八、StudentTest统计偏科最严重的前100名学生

package com.shujia.spark.core

import org.apache.spark.rdd.RDD
import org.apache.spark.{SparkConf, SparkContext}

object Demo19Student {
  def main(args: Array[String]): Unit = {

    val conf = new SparkConf()

    conf.setAppName("student")
    conf.setMaster("local")

    val sc = new SparkContext(conf)

    /**
     * 4、统计偏科最严重的前100名学生
     *
     * 通过方差评估偏科程度
     *
     * 1、计算方差
     * 2、计算每个人多个科目的平均值
     *
     */

    //1、读取数据
    val scoresRDD: RDD[String] = sc.textFile("data/score.txt")

    //整理数据
    val kvRDD: RDD[(String, String, Double)] = scoresRDD
      //拆分数据
      .map(_.split(","))
      //过滤脏数据
      .filter(_.length == 3)
      .map {
        case Array(sId: String, cId: String, sco: String) =>
          (sId, cId, sco.toDouble)
      }

    //3、按照学号进行分组
    val groupByRDD: RDD[(String, Iterable[(String, String, Double)])] = kvRDD.groupBy(_._1) //(line => line._1)

    //计算方差
    val stdRDD: RDD[(String, Double)] = groupByRDD.map {
      case (id: String, iter: Iterable[(String, String, Double)]) =>
        //取出分数
        val scores: List[Double] = iter.map(_._3).toList //(line =>line._3)

        /**
         * 计算方差
         * 1、计算平均值
         * 2、套公式算方差
         *
         */
        val avg: Double = scores.sum / scores.length

        val std: Double = scores.map(i => (i - avg) * (i - avg)).sum / scores.length

        (id, std)
    }

    //按照方差排序
    val sortByRDD: RDD[(String, Double)] = stdRDD.sortBy(_._2, ascending = false)

    //偏科最严重的前100名学生
    val top100: Array[(String, Double)] = sortByRDD.take(100)

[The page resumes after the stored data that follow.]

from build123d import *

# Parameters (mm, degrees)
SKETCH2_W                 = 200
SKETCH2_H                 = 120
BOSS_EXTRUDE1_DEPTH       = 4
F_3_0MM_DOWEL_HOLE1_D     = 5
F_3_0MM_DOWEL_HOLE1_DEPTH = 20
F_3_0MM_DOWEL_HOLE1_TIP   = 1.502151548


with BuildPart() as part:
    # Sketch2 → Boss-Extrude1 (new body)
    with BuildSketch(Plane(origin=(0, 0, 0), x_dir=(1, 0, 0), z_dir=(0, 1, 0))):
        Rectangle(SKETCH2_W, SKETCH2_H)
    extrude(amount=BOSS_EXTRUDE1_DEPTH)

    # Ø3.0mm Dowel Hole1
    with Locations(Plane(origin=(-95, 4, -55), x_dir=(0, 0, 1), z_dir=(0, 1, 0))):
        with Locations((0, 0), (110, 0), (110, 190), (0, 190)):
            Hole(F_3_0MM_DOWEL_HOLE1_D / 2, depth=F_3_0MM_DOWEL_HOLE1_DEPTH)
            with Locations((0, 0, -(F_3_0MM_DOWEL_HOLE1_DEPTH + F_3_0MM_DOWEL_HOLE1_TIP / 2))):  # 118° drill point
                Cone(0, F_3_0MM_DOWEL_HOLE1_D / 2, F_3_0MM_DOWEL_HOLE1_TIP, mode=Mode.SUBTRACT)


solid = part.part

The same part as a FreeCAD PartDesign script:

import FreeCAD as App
import Part
import Sketcher
from FreeCAD import Vector

doc = App.newDocument("Part")
body = doc.addObject("PartDesign::Body", "Body")

sketch1 = body.newObject("Sketcher::SketchObject", "Sketch")
sketch1.AttachmentSupport = (doc.getObject("XZ_Plane"), [""])
sketch1.MapMode = "FlatFace"
sketch1.addGeometry([
    Part.LineSegment(Vector(-100, -60, 0), Vector(-100, 60, 0)),
    Part.LineSegment(Vector(-100, 60, 0), Vector(100, 60, 0)),
    Part.LineSegment(Vector(100, 60, 0), Vector(100, -60, 0)),
    Part.LineSegment(Vector(100, -60, 0), Vector(-100, -60, 0)),
], False)
sketch1.addConstraint([
    Sketcher.Constraint("Coincident", 0, 2, 1, 1),
    Sketcher.Constraint("Coincident", 1, 2, 2, 1),
    Sketcher.Constraint("Coincident", 2, 2, 3, 1),
    Sketcher.Constraint("Coincident", 3, 2, 0, 1),
    Sketcher.Constraint("Vertical", 0),
    Sketcher.Constraint("Horizontal", 1),
    Sketcher.Constraint("Vertical", 2),
    Sketcher.Constraint("Horizontal", 3),
    Sketcher.Constraint("Symmetric", 0, 2, 2, 2, -1, 1),
    Sketcher.Constraint("DistanceX", 1, 1, 1, 2, 200.0),
    Sketcher.Constraint("DistanceY", 0, 1, 0, 2, 120.0),
])
pad1 = body.newObject("PartDesign::Pad", "Pad")
pad1.Profile = sketch1
pad1.Length = 4
pad1.Reversed = True

sketch2 = body.newObject("Sketcher::SketchObject", "Sketch001")
sketch2.AttachmentSupport = (doc.getObject("XZ_Plane"), [""])
sketch2.MapMode = "FlatFace"
sketch2.AttachmentOffset = App.Placement(Vector(0, 0, -4), App.Rotation())
sketch2.addGeometry([
    Part.Circle(Vector(-95, -55, 0), Vector(0, 0, 1), 2.5),
    Part.Circle(Vector(-95, 55, 0), Vector(0, 0, 1), 2.5),
    Part.Circle(Vector(95, 55, 0), Vector(0, 0, 1), 2.5),
    Part.Circle(Vector(95, -55, 0), Vector(0, 0, 1), 2.5),
], False)
sketch2.addConstraint([
    Sketcher.Constraint("Equal", 0, 1),
    Sketcher.Constraint("Equal", 1, 2),
    Sketcher.Constraint("Equal", 2, 3),
    Sketcher.Constraint("Symmetric", 0, 3, 2, 3, -1, 1),
    Sketcher.Constraint("Symmetric", 1, 3, 3, 3, -1, 1),
    Sketcher.Constraint("Symmetric", 1, 3, 2, 3, -2),
    Sketcher.Constraint("Diameter", 0, 5.0),
    Sketcher.Constraint("DistanceX", 0, 3, -1, 1, 95.0),
    Sketcher.Constraint("DistanceY", 0, 3, -1, 1, 55.0),
])
doc.recompute()
hole = body.newObject("PartDesign::Hole", "Hole")
hole.Profile = sketch2
hole.ThreadType = "None"
hole.Diameter = 5
hole.DepthType = "Dimension"
hole.Depth = 20
hole.DrillPoint = "Angled"
hole.DrillPointAngle = 118
hole.Reversed = True

doc.recompute()
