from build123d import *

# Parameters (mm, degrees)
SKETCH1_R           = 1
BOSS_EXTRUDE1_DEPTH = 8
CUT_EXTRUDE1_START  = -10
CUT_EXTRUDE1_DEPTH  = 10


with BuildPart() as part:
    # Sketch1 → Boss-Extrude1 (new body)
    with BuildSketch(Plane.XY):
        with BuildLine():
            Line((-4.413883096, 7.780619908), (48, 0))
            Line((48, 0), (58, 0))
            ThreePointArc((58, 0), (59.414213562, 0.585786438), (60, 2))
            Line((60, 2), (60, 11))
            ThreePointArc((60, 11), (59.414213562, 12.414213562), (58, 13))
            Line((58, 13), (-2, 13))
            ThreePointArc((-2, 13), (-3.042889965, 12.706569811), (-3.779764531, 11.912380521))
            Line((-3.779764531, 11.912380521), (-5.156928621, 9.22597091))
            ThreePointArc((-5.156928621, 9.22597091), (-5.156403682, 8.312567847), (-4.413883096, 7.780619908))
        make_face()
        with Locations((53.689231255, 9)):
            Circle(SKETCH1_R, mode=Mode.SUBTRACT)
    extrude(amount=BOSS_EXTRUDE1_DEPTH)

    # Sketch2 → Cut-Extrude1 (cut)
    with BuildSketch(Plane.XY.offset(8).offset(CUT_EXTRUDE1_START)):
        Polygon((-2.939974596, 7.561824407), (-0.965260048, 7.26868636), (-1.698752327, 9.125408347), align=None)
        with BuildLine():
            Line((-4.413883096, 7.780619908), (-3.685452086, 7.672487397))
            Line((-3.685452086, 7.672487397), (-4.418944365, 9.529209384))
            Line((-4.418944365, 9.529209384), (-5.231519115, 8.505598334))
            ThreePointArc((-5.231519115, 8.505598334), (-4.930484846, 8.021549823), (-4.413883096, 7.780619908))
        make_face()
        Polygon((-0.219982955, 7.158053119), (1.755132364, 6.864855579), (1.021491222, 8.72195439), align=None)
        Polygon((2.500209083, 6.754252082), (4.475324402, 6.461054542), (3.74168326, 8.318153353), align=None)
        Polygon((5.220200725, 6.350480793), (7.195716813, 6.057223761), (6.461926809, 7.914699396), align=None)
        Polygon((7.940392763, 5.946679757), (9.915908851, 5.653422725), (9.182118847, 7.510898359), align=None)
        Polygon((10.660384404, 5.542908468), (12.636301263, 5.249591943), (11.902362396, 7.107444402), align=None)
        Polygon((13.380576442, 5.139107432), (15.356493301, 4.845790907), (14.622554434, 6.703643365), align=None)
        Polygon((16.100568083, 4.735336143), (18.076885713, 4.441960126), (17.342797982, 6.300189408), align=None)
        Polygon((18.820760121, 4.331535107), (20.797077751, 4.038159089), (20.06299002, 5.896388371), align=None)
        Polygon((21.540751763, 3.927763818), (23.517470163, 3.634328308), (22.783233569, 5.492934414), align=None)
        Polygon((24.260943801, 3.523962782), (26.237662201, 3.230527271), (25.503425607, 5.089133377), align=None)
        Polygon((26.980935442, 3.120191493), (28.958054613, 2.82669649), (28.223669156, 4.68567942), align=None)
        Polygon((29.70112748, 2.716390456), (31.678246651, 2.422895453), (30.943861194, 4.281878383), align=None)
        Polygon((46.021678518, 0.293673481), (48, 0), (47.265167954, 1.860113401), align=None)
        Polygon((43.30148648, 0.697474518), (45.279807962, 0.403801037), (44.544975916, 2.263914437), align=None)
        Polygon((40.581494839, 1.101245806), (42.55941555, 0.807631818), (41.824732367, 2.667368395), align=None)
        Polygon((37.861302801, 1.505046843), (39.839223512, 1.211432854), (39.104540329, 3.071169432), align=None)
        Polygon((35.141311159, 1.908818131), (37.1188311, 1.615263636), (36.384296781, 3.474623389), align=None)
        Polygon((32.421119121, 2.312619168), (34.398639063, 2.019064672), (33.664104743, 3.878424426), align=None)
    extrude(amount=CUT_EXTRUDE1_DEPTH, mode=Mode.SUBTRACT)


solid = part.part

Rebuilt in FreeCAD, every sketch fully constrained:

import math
import FreeCAD as App
import Part
import Sketcher
from FreeCAD import Vector
Q = App.Units.Quantity


def add_polygon(sketch, points):
    """Adds a closed chain of lines whose ends are joined by coincident constraints."""
    first, n = sketch.GeometryCount, len(points)
    for a, b in zip(points, points[1:] + points[:1]):
        sketch.addGeometry(Part.LineSegment(App.Vector(*a, 0), App.Vector(*b, 0)), False)
    for i in range(n):
        sketch.addConstraint(Sketcher.Constraint("Coincident", first + i, 2, first + (i + 1) % n, 1))

doc = App.newDocument("Part")
body = doc.addObject("PartDesign::Body", "Body")

# Sketch on XY plane
sketch1 = doc.addObject("Sketcher::SketchObject", "Sketch")
body.addObject(sketch1)
sketch1.AttachmentSupport = (doc.XY_Plane, [""])
sketch1.MapMode = "FlatFace"
sketch1.addGeometry(Part.LineSegment(Vector(-4.4, 7.8, 0), Vector(48, 0, 0)), False)
sketch1.addGeometry(Part.LineSegment(Vector(48, 0, 0), Vector(58, 0, 0)), False)
sketch1.addGeometry(Part.ArcOfCircle(Part.Circle(Vector(58, 2, 0), Vector(0, 0, 1), 2), math.radians(-90), math.radians(0)), False)
sketch1.addGeometry(Part.LineSegment(Vector(60, 2, 0), Vector(60, 11, 0)), False)
sketch1.addGeometry(Part.ArcOfCircle(Part.Circle(Vector(58, 11, 0), Vector(0, 0, 1), 2), math.radians(0), math.radians(90)), False)
sketch1.addGeometry(Part.LineSegment(Vector(58, 13, 0), Vector(-2, 13, 0)), False)
sketch1.addGeometry(Part.ArcOfCircle(Part.Circle(Vector(-2, 11, 0), Vector(0, 0, 1), 2), math.radians(90), math.radians(153)), False)
sketch1.addGeometry(Part.LineSegment(Vector(-3.8, 11.9, 0), Vector(-5.2, 9.2, 0)), False)
sketch1.addGeometry(Part.ArcOfCircle(Part.Circle(Vector(-4.3, 8.8, 0), Vector(0, 0, 1), 1), math.radians(153), math.radians(262)), False)
sketch1.addGeometry(Part.Circle(Vector(53.7, 9, 0), Vector(0, 0, 1), 1), False)
sketch1.addConstraint(Sketcher.Constraint("Coincident", 0, 2, 1, 1))
sketch1.addConstraint(Sketcher.Constraint("Tangent", 1, 2, 2, 1))
sketch1.addConstraint(Sketcher.Constraint("Tangent", 2, 2, 3, 1))
sketch1.addConstraint(Sketcher.Constraint("Tangent", 3, 2, 4, 1))
sketch1.addConstraint(Sketcher.Constraint("Tangent", 4, 2, 5, 1))
sketch1.addConstraint(Sketcher.Constraint("Tangent", 5, 2, 6, 1))
sketch1.addConstraint(Sketcher.Constraint("Tangent", 6, 2, 7, 1))
sketch1.addConstraint(Sketcher.Constraint("Tangent", 7, 2, 8, 1))
sketch1.addConstraint(Sketcher.Constraint("Tangent", 8, 2, 0, 1))
sketch1.addConstraint(Sketcher.Constraint("Horizontal", 1))
sketch1.addConstraint(Sketcher.Constraint("Vertical", 3))
sketch1.addConstraint(Sketcher.Constraint("Horizontal", 5))
sketch1.addConstraint(Sketcher.Constraint("Equal", 2, 4))
sketch1.addConstraint(Sketcher.Constraint("Equal", 4, 6))
sketch1.addConstraint(Sketcher.Constraint("Equal", 8, 9))
sketch1.addConstraint(Sketcher.Constraint("PointOnObject", 0, 2, -1))
sketch1.addConstraint(Sketcher.Constraint("Diameter", 9, Q("2 mm")))
sketch1.addConstraint(Sketcher.Constraint("Radius", 2, Q("2 mm")))
sketch1.addConstraint(Sketcher.Constraint("DistanceX", 1, 1, 1, 2, Q("10 mm")))
sketch1.addConstraint(Sketcher.Constraint("DistanceX", 5, 2, 5, 1, Q("60 mm")))
sketch1.addConstraint(Sketcher.Constraint("DistanceY", 3, 1, 3, 2, Q("9 mm")))
sketch1.addConstraint(Sketcher.Constraint("DistanceX", -1, 1, 2, 3, Q("58 mm")))
sketch1.addConstraint(Sketcher.Constraint("DistanceY", -1, 1, 9, 3, Q("9 mm")))
sketch1.addConstraint(Sketcher.Constraint("DistanceY", 8, 3, 6, 2, Q("3.1426 mm")))
sketch1.addConstraint(Sketcher.Constraint("DistanceY", -1, 1, 8, 3, Q("8.769781 mm")))
sketch1.addConstraint(Sketcher.Constraint("DistanceX", -1, 1, 9, 3, Q("53.689231 mm")))
pad1 = doc.addObject("PartDesign::Pad", "Pad")
body.addObject(pad1)
pad1.Profile = sketch1
pad1.Length = 8

# Sketch on XY plane
sketch2 = doc.addObject("Sketcher::SketchObject", "Sketch001")
body.addObject(sketch2)
sketch2.AttachmentSupport = (doc.XY_Plane, [""])
sketch2.MapMode = "FlatFace"
sketch2.AttachmentOffset = App.Placement(Vector(0, 0, -2), App.Rotation())
add_polygon(sketch2, [(-2.9, 7.6), (-1, 7.3), (-1.7, 9.1)])  # lines 0-2
sketch2.addGeometry(Part.LineSegment(Vector(-4.4, 7.8, 0), Vector(-3.7, 7.7, 0)), False)  # 3
sketch2.addGeometry(Part.LineSegment(Vector(-3.7, 7.7, 0), Vector(-4.4, 9.5, 0)), False)  # 4
sketch2.addGeometry(Part.LineSegment(Vector(-4.4, 9.5, 0), Vector(-5.2, 8.5, 0)), False)  # 5
sketch2.addGeometry(Part.ArcOfCircle(Part.Circle(Vector(-4.3, 8.8, 0), Vector(0, 0, 1), 1), math.radians(-165), math.radians(-98)), False)  # 6
add_polygon(sketch2, [(-0.2, 7.2), (1.8, 6.9), (1, 8.7)])  # lines 7-9
add_polygon(sketch2, [(2.5, 6.8), (4.5, 6.5), (3.7, 8.3)])  # lines 10-12
add_polygon(sketch2, [(5.2, 6.4), (7.2, 6.1), (6.5, 7.9)])  # lines 13-15
add_polygon(sketch2, [(7.9, 5.9), (9.9, 5.7), (9.2, 7.5)])  # lines 16-18
add_polygon(sketch2, [(10.7, 5.5), (12.6, 5.2), (11.9, 7.1)])  # lines 19-21
add_polygon(sketch2, [(13.4, 5.1), (15.4, 4.8), (14.6, 6.7)])  # lines 22-24
add_polygon(sketch2, [(16.1, 4.7), (18.1, 4.4), (17.3, 6.3)])  # lines 25-27
add_polygon(sketch2, [(18.8, 4.3), (20.8, 4), (20.1, 5.9)])  # lines 28-30
add_polygon(sketch2, [(21.5, 3.9), (23.5, 3.6), (22.8, 5.5)])  # lines 31-33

    top100.foreach(println)
  }

}

九、Submit在集群中运行

package com.shujia.spark.core

import com.shujia.spark.util.HDFSUtil
import org.apache.spark.rdd.RDD
import org.apache.spark.{SparkConf, SparkContext}

object Demo20Submit {
  def main(args: Array[String]): Unit = {

    val conf = new SparkConf()

    //提交到集群中运行则需要先删除master
//    conf.setMaster("local")
    conf.setAppName("submit")

    val sc = new SparkContext(conf)

    //读取HDFS中的数据
    val studentRDD: RDD[String] = sc.textFile("/data/students.txt")

    //读取班级
    val kvRDD: RDD[(String, Int)] = studentRDD
      .map(line => {
        val split: Array[String] = line.split(",")
        (split(4), 1)
      })

    //统计班级的人数
    val classNumRDD: RDD[(String, Int)] = kvRDD.reduceByKey(_ + _)

    //整理数据
    val resultRDD: RDD[String] = classNumRDD
      .map {
        case (clazz: String, num: Int) =>
          s"$clazz\t$num"
      }

    //删除输出路径
    HDFSUtil.deletePath("/data/clazz_num")
    //将数据包到HDFS中
    resultRDD.saveAsTextFile("/data/clazz_num")


    /**
     * 将项目打包上传到集群上
     *
     * spark-submit --class com.shujia.spark.core.Demo20Submit --master yarn-client spark-1.0.jar
     */
  }

}

十、StudentTest统计每科都及格的学生

package com.shujia.spark.core

import org.apache.spark.rdd.RDD
import org.apache.spark.{SparkConf, SparkContext}

object Demo21Student {
  def main(args: Array[String]): Unit = {

    val conf = new SparkConf()
    conf.setAppName("student")
    conf.setMaster("local")
    val sc = new SparkContext(conf)

    /**
     * 3、统计每科都及格的学生
     *
     */

    //1、读取分数表
    val scoreRDD: RDD[String] = sc.textFile("data/score.txt")

    //2、读取科目表
    val subjectRDD: RDD[String] = sc.textFile("data/subject.txt")

    //将数据转换为kv格式
    val scoreKVRDD: RDD[(String, (String, Int))] = scoreRDD
      .map(_.split(","))
      .filter(_.length == 3)
      .map {
        case Array(sid: String, cid: String, sco: String) =>
          (cid, (sid, sco.toInt))
      }

    val subjectKVRDD: RDD[(String, Int)] = subjectRDD
      .map(_.split(","))
      .filter(_.length == 3)
      .map {
        case Array(cid: String, _: String, sumSco: String) =>
          (cid, sumSco.toInt)
      }

    //关联学生表和分数表
    val joinRDD: RDD[(String, (Int, (String, Int)))] = subjectKVRDD.join(scoreKVRDD)

    //整理数据
    val comRDD: RDD[(String, String, Int, Int)] = joinRDD.map {
      case (cid: String, (sumSco: Int, (sid: String, sco: Int))) =>
        (sid, cid, sumSco, sco)
    }

    //取出所有及格的分数
    val filterRDD: RDD[(String, String, Int, Int)] = comRDD.filter {
      case (_: String, _: String, sumSco: Int, sco: Int) =>
        sco >= sumSco * 0.6
    }

    //统计每个学生及格的科目数量
    val groupByRDD: RDD[(String, Iterable[(String, String, Int, Int)])] = filterRDD.groupBy(_._1)
    val resultRDD: RDD[(String, Iterable[(String, String, Int, Int)])] = groupByRDD.filter(_._2.size == 6)

    //将数据展开
    val doujigeRDD: RDD[(String, String, Int, Int)] = resultRDD.flatMap(kv => kv._2)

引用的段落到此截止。